__Goal of the exercise__
Repeat exactly the lines below that lie between the line with "face CYL(AX(P(37.5,3.5,-41.25),D(0,0,1),D(1,0,0)),2.75) [-e2]" and the line with "e20 v19 v15", counting both of those lines as part of the answer.
Start of Supplied information
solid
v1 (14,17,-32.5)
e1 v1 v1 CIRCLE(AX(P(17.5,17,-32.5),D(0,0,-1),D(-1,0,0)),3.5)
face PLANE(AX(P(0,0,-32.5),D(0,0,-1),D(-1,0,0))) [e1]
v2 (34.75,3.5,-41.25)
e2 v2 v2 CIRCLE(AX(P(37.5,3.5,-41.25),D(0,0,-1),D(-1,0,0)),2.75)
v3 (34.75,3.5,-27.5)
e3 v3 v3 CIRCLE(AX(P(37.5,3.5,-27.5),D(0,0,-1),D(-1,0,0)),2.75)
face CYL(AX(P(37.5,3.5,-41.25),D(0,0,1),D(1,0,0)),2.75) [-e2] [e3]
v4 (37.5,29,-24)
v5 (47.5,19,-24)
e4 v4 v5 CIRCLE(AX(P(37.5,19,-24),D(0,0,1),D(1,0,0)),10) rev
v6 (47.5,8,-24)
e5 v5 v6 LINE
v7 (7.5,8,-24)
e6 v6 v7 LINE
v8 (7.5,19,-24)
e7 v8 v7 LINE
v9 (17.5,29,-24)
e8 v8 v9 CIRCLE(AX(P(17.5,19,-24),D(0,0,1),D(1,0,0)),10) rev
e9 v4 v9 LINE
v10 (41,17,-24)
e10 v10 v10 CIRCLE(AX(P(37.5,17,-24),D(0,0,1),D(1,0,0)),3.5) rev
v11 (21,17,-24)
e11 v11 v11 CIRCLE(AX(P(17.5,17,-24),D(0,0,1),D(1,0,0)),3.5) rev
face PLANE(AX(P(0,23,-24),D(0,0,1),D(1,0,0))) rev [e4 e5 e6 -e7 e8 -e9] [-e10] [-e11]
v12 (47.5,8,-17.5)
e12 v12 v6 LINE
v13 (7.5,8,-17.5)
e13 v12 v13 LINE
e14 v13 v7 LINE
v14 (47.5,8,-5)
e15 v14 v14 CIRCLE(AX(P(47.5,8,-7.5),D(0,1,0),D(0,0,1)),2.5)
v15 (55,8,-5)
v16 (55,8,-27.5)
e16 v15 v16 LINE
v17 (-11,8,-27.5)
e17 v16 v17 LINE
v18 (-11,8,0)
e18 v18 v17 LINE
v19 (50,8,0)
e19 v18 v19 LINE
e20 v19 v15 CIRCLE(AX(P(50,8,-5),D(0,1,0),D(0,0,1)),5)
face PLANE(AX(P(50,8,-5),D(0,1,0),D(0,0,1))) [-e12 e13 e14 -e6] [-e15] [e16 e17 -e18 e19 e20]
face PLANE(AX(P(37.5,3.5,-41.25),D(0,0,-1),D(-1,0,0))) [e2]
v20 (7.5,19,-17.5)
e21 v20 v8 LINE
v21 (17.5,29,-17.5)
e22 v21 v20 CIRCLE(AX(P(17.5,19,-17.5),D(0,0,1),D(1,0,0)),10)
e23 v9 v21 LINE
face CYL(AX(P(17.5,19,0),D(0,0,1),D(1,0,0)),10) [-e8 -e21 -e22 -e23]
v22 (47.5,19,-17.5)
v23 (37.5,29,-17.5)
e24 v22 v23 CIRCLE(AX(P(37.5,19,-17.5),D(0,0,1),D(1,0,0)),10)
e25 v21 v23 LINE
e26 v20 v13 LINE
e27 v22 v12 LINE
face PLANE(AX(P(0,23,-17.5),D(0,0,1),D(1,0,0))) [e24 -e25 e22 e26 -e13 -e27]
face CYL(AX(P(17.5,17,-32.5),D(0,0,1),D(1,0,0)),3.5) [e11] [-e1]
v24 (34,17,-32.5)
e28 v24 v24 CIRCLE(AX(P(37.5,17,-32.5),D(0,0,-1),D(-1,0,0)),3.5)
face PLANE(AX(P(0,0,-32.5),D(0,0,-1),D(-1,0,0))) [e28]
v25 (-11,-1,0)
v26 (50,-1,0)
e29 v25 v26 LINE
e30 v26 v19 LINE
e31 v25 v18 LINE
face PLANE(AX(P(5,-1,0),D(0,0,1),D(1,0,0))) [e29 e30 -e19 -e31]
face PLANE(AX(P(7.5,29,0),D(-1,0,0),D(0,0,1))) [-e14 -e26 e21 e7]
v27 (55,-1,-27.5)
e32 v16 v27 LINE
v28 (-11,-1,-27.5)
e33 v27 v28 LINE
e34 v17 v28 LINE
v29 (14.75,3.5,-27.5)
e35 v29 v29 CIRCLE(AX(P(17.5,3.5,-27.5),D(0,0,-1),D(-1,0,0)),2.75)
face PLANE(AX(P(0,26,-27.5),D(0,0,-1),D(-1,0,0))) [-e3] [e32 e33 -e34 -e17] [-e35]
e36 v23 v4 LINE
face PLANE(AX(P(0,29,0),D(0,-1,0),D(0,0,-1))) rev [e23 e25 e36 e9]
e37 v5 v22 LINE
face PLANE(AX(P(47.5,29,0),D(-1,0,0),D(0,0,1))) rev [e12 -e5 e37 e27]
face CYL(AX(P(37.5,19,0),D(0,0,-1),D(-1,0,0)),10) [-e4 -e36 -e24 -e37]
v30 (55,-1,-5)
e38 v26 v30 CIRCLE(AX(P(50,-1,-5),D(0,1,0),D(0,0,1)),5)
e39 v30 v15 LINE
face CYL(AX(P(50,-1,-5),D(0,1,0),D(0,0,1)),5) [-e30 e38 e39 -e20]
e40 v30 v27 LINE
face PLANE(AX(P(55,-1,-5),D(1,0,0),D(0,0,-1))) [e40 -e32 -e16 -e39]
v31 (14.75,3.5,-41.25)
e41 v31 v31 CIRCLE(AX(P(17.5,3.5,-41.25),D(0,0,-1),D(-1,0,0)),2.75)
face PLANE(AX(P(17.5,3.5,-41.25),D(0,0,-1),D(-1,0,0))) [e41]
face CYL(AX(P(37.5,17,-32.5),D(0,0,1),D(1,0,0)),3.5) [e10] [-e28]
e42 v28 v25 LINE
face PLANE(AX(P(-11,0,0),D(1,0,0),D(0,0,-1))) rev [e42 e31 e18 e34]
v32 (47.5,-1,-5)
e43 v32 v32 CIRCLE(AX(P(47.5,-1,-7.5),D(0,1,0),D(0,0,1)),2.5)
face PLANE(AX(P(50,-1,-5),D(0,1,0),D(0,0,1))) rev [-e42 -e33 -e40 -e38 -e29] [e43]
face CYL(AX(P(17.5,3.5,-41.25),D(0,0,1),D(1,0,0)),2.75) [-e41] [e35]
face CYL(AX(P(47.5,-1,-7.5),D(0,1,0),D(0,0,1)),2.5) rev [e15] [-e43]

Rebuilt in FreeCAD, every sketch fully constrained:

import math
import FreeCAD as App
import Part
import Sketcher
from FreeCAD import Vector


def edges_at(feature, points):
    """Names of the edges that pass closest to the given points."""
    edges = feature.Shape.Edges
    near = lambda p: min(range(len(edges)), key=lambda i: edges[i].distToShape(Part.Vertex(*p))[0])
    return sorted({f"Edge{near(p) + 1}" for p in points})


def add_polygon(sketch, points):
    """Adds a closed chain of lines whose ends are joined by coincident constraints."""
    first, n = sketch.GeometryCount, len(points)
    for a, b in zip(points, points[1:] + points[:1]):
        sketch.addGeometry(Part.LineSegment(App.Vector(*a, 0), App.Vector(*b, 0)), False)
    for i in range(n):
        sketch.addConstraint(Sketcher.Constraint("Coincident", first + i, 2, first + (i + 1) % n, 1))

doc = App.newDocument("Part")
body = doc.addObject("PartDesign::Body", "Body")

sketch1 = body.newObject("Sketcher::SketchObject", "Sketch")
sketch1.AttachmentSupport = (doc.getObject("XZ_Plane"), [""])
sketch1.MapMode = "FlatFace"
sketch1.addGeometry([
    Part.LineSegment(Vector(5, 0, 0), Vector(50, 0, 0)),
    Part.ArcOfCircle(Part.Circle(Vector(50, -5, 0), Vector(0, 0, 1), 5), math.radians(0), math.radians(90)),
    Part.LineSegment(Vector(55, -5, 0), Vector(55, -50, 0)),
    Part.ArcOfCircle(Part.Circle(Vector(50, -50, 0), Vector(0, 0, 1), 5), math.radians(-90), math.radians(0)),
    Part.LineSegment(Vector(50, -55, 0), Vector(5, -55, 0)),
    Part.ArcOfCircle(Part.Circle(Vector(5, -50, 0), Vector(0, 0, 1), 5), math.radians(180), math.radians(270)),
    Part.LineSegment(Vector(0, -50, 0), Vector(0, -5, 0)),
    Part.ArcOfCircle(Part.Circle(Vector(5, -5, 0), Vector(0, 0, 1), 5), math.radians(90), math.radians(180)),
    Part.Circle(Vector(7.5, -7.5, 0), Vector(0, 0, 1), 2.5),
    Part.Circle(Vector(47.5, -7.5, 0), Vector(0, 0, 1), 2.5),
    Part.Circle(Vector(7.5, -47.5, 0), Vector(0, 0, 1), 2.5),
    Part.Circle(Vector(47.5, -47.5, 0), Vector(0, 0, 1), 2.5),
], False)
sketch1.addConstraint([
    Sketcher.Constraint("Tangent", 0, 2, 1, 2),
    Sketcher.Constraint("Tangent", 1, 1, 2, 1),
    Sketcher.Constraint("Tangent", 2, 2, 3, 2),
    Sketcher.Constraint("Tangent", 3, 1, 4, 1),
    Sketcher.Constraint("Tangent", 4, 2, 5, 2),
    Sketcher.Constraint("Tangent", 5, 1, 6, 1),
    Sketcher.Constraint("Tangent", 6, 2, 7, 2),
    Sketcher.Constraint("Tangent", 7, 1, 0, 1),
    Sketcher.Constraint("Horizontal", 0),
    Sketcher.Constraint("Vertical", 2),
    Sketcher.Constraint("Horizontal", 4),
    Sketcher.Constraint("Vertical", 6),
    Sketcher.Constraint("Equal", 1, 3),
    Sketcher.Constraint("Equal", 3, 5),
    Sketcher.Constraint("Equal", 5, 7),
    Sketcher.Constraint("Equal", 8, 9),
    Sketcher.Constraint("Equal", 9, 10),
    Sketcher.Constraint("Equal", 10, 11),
End of Supplied information
__Solution to the exercise__
face CYL(AX(P(37.5,3.5,-41.25),D(0,0,1),D(1,0,0)),2.75) [-e2] [e3]
v4 (37.5,29,-24)
v5 (47.5,19,-24)
e4 v4 v5 CIRCLE(AX(P(37.5,19,-24),D(0,0,1),D(1,0,0)),10) rev
v6 (47.5,8,-24)
e5 v5 v6 LINE
v7 (7.5,8,-24)
e6 v6 v7 LINE
v8 (7.5,19,-24)
e7 v8 v7 LINE
v9 (17.5,29,-24)
e8 v8 v9 CIRCLE(AX(P(17.5,19,-24),D(0,0,1),D(1,0,0)),10) rev
e9 v4 v9 LINE
v10 (41,17,-24)
e10 v10 v10 CIRCLE(AX(P(37.5,17,-24),D(0,0,1),D(1,0,0)),3.5) rev
v11 (21,17,-24)
e11 v11 v11 CIRCLE(AX(P(17.5,17,-24),D(0,0,1),D(1,0,0)),3.5) rev
face PLANE(AX(P(0,23,-24),D(0,0,1),D(1,0,0))) rev [e4 e5 e6 -e7 e8 -e9] [-e10] [-e11]
v12 (47.5,8,-17.5)
e12 v12 v6 LINE
v13 (7.5,8,-17.5)
e13 v12 v13 LINE
e14 v13 v7 LINE
v14 (47.5,8,-5)
e15 v14 v14 CIRCLE(AX(P(47.5,8,-7.5),D(0,1,0),D(0,0,1)),2.5)
v15 (55,8,-5)
v16 (55,8,-27.5)
e16 v15 v16 LINE
v17 (-11,8,-27.5)
e17 v16 v17 LINE
v18 (-11,8,0)
e18 v18 v17 LINE
v19 (50,8,0)
e19 v18 v19 LINE
e20 v19 v15 CIRCLE(AX(P(50,8,-5),D(0,1,0),D(0,0,1)),5)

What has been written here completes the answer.